- [Stored data entries]
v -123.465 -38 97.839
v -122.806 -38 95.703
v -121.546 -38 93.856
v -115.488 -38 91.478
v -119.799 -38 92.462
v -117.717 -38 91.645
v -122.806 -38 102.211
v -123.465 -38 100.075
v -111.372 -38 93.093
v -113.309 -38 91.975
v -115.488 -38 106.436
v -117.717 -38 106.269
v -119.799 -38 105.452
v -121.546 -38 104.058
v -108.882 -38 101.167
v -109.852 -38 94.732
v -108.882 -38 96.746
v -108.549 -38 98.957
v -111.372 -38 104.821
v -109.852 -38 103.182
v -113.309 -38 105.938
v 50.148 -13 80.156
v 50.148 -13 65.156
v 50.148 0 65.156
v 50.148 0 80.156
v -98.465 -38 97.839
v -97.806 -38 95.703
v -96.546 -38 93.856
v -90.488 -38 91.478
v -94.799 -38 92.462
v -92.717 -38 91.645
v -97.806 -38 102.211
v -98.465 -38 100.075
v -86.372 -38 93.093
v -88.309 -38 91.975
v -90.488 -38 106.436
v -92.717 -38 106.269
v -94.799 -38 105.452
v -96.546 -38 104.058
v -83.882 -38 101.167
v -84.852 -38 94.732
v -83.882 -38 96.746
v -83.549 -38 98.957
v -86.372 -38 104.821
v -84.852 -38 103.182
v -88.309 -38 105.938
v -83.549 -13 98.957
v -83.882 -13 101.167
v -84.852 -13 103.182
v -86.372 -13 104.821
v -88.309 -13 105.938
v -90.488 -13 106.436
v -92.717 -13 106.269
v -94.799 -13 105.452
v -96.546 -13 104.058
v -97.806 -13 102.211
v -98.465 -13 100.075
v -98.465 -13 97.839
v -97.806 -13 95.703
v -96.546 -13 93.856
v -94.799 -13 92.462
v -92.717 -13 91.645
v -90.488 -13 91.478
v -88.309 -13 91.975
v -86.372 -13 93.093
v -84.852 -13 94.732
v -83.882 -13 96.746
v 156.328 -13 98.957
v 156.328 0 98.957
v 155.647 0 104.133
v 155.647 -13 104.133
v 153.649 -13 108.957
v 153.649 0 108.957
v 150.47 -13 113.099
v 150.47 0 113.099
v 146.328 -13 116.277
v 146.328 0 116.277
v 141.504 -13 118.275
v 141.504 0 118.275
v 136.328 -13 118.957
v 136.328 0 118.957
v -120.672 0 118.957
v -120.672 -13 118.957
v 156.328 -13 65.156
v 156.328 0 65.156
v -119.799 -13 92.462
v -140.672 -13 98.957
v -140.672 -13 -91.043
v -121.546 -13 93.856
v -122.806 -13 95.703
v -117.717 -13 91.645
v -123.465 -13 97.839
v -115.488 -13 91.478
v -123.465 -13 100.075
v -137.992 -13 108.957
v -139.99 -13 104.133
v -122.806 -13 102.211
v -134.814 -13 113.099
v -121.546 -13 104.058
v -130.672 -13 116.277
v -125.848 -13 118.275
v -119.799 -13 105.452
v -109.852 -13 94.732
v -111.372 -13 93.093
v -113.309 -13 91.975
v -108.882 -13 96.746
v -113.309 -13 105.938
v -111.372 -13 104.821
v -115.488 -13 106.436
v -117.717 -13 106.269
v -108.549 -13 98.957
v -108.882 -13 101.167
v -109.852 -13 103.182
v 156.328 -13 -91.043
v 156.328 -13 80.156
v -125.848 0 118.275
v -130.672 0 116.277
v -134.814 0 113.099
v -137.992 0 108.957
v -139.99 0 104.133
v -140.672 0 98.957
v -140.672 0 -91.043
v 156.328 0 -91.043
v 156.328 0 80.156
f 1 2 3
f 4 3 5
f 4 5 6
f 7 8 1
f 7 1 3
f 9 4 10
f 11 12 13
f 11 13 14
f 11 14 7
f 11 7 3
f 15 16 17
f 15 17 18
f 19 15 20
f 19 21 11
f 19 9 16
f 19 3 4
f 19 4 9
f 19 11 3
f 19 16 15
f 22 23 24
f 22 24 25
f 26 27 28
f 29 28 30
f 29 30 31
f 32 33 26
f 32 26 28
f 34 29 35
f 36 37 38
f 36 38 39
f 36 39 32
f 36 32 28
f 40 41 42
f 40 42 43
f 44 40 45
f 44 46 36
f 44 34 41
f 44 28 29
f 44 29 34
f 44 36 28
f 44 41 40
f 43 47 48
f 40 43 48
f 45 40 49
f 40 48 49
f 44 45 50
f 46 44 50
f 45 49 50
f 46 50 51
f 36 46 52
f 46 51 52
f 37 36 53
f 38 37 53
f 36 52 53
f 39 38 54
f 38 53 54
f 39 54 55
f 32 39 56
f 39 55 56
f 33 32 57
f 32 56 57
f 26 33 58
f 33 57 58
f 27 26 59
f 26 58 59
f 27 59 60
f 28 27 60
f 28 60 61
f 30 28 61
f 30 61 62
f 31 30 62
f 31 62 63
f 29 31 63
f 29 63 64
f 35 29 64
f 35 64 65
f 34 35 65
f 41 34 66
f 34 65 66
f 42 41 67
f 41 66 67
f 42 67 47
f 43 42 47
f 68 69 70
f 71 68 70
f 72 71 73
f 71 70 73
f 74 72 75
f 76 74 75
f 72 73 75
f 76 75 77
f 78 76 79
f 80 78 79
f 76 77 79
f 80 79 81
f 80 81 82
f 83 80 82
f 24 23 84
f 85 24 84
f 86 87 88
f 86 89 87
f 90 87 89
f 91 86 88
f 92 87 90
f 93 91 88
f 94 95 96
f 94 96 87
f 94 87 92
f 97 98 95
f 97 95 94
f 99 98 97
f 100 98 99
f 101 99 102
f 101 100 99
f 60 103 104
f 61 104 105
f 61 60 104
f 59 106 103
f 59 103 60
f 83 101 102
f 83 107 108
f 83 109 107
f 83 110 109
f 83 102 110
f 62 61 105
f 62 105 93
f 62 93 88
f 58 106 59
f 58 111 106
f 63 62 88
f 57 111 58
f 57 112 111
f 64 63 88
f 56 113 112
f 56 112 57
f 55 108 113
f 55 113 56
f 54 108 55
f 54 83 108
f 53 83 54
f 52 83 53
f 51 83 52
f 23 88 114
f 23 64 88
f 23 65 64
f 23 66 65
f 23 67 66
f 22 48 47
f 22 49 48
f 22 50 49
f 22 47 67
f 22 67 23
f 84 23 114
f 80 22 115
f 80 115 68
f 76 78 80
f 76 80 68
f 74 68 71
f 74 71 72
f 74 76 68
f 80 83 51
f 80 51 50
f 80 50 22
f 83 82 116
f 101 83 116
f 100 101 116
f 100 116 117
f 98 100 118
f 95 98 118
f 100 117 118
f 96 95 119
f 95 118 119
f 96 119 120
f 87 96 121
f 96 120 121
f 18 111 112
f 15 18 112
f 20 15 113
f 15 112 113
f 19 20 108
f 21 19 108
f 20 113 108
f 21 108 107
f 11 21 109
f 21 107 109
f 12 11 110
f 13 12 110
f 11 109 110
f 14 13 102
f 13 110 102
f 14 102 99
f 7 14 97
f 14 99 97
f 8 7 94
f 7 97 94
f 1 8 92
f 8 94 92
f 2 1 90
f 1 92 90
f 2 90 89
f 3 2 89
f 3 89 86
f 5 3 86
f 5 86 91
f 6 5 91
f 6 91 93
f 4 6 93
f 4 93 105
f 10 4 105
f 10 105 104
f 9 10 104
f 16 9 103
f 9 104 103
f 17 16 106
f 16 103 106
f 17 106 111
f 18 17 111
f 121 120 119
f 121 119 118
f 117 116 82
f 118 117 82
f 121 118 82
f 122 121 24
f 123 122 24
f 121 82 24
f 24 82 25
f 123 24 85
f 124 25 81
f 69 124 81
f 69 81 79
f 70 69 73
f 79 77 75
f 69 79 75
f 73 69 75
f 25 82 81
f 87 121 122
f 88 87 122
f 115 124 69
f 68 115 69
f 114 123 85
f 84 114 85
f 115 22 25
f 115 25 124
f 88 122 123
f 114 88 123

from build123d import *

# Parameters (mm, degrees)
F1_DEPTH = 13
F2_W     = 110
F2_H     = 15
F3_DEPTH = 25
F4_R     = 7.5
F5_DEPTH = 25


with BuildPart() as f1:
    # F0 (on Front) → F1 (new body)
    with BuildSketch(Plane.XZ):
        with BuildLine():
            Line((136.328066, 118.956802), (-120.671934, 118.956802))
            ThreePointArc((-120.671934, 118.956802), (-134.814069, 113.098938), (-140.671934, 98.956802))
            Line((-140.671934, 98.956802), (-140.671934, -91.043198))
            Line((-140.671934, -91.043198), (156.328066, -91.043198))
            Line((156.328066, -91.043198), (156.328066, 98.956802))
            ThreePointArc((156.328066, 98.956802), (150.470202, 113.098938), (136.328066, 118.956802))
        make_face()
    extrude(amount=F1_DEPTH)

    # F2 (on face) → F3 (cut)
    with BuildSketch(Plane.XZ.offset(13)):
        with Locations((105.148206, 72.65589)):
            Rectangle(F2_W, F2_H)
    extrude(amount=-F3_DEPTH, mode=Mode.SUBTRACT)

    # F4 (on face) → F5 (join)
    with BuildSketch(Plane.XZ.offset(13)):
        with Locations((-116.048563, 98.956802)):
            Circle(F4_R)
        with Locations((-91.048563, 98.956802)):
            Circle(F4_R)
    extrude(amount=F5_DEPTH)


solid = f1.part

- [WHAT TO WORK ON]
A word-for-word copy of the entries, from the first line through the line containing "v -92.717 -38 91.645", is the whole answer.

- [RESULT OF THE TASK]
v -123.465 -38 97.839
v -122.806 -38 95.703
v -121.546 -38 93.856
v -115.488 -38 91.478
v -119.799 -38 92.462
v -117.717 -38 91.645
v -122.806 -38 102.211
v -123.465 -38 100.075
v -111.372 -38 93.093
v -113.309 -38 91.975
v -115.488 -38 106.436
v -117.717 -38 106.269
v -119.799 -38 105.452
v -121.546 -38 104.058
v -108.882 -38 101.167
v -109.852 -38 94.732
v -108.882 -38 96.746
v -108.549 -38 98.957
v -111.372 -38 104.821
v -109.852 -38 103.182
v -113.309 -38 105.938
v 50.148 -13 80.156
v 50.148 -13 65.156
v 50.148 0 65.156
v 50.148 0 80.156
v -98.465 -38 97.839
v -97.806 -38 95.703
v -96.546 -38 93.856
v -90.488 -38 91.478
v -94.799 -38 92.462
v -92.717 -38 91.645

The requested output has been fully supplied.